__Exercise__:
Scan the records beneath this line for the line holding "math.radians(180), math.radians(360)), False)" and the line holding "V(-12.9, 13.7, 0)), False)", then transcribe exactly those two and all lines between.

== Segment start ==

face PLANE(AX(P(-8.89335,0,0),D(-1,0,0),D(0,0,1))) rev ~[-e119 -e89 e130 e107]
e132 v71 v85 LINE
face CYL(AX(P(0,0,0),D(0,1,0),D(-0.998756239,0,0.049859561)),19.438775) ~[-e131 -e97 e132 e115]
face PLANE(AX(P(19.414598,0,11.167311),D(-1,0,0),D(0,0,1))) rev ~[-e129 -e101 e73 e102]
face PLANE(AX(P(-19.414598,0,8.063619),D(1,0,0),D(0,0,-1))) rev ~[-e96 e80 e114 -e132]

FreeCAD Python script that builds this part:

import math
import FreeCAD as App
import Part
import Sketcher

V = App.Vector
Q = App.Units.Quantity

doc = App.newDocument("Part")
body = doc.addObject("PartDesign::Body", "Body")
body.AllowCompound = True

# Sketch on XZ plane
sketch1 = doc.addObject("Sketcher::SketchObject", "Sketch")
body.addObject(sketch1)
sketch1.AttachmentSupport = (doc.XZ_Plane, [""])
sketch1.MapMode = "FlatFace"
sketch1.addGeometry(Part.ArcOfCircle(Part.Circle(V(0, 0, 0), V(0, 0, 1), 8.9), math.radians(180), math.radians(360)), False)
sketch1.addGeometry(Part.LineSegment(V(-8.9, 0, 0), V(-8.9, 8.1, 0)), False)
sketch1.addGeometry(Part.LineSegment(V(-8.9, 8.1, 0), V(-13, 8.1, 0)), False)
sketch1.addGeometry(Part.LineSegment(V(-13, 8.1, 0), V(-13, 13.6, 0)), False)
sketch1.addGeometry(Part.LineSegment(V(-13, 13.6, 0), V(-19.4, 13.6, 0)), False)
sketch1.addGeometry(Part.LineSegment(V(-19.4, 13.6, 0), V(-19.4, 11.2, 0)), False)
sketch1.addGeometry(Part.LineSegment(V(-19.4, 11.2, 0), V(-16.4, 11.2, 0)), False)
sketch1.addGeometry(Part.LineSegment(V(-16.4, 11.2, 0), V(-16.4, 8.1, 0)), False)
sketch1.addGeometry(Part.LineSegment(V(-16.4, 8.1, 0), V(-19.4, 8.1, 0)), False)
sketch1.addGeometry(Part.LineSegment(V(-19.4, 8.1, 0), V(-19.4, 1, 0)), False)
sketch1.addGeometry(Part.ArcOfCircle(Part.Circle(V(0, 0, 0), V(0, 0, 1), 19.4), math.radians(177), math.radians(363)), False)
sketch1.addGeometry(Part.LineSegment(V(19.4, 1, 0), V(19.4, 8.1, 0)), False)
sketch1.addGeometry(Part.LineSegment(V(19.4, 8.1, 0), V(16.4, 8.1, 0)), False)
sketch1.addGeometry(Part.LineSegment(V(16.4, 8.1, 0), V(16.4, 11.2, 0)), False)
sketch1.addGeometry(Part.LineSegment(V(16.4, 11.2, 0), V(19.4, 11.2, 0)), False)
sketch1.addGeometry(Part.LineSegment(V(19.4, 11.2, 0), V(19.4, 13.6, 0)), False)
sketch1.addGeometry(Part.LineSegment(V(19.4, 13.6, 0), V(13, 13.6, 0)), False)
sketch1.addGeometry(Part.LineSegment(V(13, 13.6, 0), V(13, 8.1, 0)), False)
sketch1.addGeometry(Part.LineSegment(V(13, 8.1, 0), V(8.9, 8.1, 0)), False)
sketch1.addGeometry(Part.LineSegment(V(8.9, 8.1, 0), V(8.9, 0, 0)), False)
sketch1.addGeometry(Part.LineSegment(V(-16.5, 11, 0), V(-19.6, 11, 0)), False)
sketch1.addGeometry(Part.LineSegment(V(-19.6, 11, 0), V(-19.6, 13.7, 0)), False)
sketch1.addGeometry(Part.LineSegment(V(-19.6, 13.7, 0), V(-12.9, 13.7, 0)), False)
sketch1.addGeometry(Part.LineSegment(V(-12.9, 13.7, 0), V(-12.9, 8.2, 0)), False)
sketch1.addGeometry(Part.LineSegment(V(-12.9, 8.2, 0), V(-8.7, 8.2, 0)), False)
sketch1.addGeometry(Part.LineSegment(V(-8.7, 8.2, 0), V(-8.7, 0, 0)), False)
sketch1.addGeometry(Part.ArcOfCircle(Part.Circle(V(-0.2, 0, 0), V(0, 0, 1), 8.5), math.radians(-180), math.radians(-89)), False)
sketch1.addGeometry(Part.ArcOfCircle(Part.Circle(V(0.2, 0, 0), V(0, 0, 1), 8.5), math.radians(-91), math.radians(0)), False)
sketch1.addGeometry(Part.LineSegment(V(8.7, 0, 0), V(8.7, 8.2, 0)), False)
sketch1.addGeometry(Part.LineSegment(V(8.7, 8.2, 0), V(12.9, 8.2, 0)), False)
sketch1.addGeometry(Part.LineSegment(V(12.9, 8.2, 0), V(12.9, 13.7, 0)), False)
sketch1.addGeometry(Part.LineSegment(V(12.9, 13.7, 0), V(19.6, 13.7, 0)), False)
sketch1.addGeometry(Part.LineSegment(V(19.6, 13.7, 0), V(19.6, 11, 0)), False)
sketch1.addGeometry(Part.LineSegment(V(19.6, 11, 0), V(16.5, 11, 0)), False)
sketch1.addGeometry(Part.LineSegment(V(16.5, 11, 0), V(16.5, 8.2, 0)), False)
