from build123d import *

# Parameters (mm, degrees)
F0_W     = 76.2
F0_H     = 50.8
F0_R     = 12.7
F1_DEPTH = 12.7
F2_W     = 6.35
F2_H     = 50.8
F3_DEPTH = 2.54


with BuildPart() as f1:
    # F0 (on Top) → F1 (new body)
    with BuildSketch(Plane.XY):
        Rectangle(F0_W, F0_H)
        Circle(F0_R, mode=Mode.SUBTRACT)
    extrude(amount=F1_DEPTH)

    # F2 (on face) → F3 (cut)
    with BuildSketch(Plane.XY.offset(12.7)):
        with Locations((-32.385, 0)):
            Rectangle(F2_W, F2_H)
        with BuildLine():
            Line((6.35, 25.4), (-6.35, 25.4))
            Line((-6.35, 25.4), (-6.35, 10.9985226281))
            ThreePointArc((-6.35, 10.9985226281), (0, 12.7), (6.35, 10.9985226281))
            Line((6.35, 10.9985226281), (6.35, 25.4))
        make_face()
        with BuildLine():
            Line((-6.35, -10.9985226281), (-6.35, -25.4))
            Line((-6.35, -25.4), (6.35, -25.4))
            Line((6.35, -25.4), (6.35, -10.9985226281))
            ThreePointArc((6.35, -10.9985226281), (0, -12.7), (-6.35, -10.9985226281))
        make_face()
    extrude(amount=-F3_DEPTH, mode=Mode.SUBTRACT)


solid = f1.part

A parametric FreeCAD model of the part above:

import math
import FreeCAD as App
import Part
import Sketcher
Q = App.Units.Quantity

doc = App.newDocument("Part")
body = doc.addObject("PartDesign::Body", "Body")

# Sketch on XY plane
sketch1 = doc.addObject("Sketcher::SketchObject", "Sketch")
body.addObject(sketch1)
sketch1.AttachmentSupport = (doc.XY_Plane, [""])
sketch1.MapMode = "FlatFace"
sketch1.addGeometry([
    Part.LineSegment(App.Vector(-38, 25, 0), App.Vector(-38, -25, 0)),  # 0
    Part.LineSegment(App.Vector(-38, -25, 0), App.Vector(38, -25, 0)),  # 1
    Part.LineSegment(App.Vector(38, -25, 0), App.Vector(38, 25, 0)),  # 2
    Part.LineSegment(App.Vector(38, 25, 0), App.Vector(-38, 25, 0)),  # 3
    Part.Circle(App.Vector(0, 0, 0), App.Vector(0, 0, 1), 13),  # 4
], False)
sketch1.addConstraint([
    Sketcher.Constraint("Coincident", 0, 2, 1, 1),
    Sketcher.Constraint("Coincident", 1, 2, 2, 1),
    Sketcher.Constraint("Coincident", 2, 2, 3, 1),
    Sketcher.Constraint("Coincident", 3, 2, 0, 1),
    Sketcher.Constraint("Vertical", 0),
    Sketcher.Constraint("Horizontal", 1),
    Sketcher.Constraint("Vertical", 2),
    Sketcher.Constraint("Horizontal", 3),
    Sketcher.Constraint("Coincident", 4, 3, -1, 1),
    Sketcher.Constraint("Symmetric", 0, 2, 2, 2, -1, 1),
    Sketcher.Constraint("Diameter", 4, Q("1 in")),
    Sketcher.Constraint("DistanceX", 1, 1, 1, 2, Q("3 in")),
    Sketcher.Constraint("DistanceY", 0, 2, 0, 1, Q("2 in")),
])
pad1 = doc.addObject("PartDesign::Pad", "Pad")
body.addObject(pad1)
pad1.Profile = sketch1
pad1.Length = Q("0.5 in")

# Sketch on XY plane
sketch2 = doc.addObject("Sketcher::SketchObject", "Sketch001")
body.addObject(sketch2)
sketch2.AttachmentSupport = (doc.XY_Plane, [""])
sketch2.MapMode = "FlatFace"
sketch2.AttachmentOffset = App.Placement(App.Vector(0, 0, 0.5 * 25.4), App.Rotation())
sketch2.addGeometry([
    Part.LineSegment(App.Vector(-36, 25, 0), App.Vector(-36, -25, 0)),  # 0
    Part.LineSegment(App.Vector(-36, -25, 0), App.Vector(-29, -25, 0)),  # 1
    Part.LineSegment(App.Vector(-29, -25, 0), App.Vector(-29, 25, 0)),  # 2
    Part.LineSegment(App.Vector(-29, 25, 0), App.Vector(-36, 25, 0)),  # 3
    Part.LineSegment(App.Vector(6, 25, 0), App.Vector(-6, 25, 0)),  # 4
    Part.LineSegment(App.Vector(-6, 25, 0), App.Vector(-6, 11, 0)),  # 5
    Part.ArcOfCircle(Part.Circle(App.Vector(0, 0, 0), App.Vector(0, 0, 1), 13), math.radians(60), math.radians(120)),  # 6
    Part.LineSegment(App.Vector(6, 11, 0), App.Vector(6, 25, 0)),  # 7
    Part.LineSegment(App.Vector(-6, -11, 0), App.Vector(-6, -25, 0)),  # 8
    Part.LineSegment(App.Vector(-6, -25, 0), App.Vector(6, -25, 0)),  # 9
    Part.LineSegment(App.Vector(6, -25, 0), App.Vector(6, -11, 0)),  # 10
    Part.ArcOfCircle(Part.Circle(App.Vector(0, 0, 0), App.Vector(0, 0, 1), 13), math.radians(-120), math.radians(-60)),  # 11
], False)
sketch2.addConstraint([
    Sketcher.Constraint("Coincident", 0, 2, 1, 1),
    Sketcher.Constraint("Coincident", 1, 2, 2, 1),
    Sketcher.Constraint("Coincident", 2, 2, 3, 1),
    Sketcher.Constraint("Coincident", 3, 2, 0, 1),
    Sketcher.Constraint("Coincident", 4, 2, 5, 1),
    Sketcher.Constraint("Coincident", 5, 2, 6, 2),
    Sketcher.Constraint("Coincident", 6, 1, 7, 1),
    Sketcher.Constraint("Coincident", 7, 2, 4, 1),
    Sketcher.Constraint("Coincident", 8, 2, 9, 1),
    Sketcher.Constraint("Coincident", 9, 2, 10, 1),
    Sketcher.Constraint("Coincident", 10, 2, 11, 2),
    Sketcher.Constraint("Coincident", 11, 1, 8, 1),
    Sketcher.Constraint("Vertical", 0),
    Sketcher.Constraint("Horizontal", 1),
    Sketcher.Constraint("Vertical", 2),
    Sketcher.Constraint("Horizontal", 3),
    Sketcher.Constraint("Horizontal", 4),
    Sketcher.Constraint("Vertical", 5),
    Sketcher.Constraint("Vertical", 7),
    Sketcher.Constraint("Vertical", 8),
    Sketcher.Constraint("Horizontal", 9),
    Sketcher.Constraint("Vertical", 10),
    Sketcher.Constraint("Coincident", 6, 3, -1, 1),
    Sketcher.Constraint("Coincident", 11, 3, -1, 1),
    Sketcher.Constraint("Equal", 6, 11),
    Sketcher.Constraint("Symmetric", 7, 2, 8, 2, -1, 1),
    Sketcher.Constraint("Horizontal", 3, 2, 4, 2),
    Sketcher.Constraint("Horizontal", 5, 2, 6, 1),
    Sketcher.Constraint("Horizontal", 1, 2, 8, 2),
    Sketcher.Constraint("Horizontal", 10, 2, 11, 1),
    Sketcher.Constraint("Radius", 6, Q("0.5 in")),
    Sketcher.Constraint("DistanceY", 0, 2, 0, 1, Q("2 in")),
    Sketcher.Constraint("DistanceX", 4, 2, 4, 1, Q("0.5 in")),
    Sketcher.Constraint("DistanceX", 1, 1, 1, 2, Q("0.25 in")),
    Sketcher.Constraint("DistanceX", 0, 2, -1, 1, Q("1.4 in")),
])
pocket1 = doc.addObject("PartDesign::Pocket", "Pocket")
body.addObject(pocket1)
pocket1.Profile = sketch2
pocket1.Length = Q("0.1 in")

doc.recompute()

== Segment end ==
== Segment start ==

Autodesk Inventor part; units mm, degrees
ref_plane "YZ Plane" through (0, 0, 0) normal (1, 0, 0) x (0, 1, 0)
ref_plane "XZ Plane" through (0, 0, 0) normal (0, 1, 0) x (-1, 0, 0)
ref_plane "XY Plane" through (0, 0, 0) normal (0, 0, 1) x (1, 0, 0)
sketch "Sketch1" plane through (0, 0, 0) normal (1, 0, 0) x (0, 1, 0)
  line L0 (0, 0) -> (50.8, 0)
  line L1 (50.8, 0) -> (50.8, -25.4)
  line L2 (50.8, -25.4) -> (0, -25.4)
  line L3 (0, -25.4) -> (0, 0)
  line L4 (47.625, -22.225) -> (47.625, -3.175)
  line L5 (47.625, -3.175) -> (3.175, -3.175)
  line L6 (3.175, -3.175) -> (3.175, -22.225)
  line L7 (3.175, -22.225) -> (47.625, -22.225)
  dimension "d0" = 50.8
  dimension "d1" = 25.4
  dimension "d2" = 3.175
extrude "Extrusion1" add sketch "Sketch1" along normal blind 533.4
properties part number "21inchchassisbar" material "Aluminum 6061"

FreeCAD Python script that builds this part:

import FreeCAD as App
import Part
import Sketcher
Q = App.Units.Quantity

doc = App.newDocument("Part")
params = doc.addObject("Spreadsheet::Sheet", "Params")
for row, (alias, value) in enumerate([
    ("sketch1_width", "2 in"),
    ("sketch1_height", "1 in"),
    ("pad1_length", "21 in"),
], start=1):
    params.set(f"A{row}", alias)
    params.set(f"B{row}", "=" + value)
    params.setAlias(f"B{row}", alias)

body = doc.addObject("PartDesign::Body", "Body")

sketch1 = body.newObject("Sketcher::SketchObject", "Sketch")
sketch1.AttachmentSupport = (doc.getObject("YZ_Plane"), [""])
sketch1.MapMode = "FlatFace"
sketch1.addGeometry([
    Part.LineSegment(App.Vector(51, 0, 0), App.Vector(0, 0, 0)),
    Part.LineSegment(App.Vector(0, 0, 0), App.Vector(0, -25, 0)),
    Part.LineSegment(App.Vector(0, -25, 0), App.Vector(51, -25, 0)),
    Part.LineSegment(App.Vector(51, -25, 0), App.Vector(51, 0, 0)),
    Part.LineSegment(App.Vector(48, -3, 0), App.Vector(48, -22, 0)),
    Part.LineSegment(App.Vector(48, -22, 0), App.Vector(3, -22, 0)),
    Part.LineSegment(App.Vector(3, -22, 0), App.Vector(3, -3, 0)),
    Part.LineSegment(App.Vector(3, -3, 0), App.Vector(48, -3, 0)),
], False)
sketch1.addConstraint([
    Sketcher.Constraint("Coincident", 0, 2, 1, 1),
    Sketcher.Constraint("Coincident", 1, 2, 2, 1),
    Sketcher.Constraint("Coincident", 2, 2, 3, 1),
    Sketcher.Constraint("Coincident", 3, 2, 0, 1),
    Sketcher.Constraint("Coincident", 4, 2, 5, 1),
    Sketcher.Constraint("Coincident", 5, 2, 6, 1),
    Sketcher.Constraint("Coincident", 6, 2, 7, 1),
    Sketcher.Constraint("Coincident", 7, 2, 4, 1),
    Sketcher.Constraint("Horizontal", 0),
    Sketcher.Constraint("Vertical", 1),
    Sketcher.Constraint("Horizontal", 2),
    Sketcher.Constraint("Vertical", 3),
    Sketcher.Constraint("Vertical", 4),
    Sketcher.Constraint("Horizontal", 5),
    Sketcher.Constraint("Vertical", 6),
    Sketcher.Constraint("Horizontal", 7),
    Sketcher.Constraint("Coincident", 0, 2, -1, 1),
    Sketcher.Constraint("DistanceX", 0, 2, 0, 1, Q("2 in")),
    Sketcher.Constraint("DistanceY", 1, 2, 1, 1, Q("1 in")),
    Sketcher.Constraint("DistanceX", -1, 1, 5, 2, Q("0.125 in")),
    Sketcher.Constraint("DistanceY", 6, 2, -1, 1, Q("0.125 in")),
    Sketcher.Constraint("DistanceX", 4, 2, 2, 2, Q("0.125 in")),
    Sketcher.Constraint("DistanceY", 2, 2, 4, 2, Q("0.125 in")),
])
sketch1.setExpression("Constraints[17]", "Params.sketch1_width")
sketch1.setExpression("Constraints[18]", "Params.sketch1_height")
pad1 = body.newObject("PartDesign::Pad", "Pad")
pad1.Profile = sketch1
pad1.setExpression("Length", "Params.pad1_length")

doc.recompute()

== Segment end ==
== Segment start ==

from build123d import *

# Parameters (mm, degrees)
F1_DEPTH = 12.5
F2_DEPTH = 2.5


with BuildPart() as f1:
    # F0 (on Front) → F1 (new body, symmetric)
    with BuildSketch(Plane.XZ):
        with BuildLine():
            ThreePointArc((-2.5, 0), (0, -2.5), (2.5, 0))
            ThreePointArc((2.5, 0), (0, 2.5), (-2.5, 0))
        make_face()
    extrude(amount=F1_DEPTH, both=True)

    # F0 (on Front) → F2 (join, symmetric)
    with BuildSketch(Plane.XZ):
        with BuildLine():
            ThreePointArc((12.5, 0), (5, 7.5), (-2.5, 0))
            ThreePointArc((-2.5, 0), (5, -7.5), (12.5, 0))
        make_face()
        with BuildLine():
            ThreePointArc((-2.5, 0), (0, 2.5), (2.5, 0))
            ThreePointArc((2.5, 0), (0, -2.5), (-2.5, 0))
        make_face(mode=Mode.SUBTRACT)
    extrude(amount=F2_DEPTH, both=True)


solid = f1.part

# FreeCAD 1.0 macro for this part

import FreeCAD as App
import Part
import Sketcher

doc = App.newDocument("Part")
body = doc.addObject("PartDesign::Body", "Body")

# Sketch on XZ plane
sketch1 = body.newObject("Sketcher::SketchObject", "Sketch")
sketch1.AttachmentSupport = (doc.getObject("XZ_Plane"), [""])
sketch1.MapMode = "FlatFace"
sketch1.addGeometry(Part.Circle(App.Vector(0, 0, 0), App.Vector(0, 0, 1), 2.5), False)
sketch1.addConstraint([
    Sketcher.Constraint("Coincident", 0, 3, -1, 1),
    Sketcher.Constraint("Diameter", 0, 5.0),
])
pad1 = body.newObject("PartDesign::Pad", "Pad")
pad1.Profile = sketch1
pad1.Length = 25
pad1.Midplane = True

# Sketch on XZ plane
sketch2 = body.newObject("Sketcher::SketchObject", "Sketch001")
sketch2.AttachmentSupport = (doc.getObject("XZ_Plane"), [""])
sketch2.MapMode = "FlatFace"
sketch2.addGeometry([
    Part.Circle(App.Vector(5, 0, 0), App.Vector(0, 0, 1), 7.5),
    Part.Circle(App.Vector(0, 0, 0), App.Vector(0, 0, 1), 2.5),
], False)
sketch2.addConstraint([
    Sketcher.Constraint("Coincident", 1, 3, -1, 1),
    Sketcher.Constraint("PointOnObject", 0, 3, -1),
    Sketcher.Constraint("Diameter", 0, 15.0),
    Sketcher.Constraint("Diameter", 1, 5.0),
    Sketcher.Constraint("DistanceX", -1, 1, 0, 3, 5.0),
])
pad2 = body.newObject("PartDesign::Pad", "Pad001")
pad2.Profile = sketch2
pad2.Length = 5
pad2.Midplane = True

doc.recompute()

== Segment end ==

__Problem solution__:
sketch1.addGeometry(Part.ArcOfCircle(Part.Circle(V(0, 0, 0), V(0, 0, 1), 8.9), math.radians(180), math.radians(360)), False)
sketch1.addGeometry(Part.LineSegment(V(-8.9, 0, 0), V(-8.9, 8.1, 0)), False)
sketch1.addGeometry(Part.LineSegment(V(-8.9, 8.1, 0), V(-13, 8.1, 0)), False)
sketch1.addGeometry(Part.LineSegment(V(-13, 8.1, 0), V(-13, 13.6, 0)), False)
sketch1.addGeometry(Part.LineSegment(V(-13, 13.6, 0), V(-19.4, 13.6, 0)), False)
sketch1.addGeometry(Part.LineSegment(V(-19.4, 13.6, 0), V(-19.4, 11.2, 0)), False)
sketch1.addGeometry(Part.LineSegment(V(-19.4, 11.2, 0), V(-16.4, 11.2, 0)), False)
sketch1.addGeometry(Part.LineSegment(V(-16.4, 11.2, 0), V(-16.4, 8.1, 0)), False)
sketch1.addGeometry(Part.LineSegment(V(-16.4, 8.1, 0), V(-19.4, 8.1, 0)), False)
sketch1.addGeometry(Part.LineSegment(V(-19.4, 8.1, 0), V(-19.4, 1, 0)), False)
sketch1.addGeometry(Part.ArcOfCircle(Part.Circle(V(0, 0, 0), V(0, 0, 1), 19.4), math.radians(177), math.radians(363)), False)
sketch1.addGeometry(Part.LineSegment(V(19.4, 1, 0), V(19.4, 8.1, 0)), False)
sketch1.addGeometry(Part.LineSegment(V(19.4, 8.1, 0), V(16.4, 8.1, 0)), False)
sketch1.addGeometry(Part.LineSegment(V(16.4, 8.1, 0), V(16.4, 11.2, 0)), False)
sketch1.addGeometry(Part.LineSegment(V(16.4, 11.2, 0), V(19.4, 11.2, 0)), False)
sketch1.addGeometry(Part.LineSegment(V(19.4, 11.2, 0), V(19.4, 13.6, 0)), False)
sketch1.addGeometry(Part.LineSegment(V(19.4, 13.6, 0), V(13, 13.6, 0)), False)
sketch1.addGeometry(Part.LineSegment(V(13, 13.6, 0), V(13, 8.1, 0)), False)
sketch1.addGeometry(Part.LineSegment(V(13, 8.1, 0), V(8.9, 8.1, 0)), False)
sketch1.addGeometry(Part.LineSegment(V(8.9, 8.1, 0), V(8.9, 0, 0)), False)
sketch1.addGeometry(Part.LineSegment(V(-16.5, 11, 0), V(-19.6, 11, 0)), False)
sketch1.addGeometry(Part.LineSegment(V(-19.6, 11, 0), V(-19.6, 13.7, 0)), False)
sketch1.addGeometry(Part.LineSegment(V(-19.6, 13.7, 0), V(-12.9, 13.7, 0)), False)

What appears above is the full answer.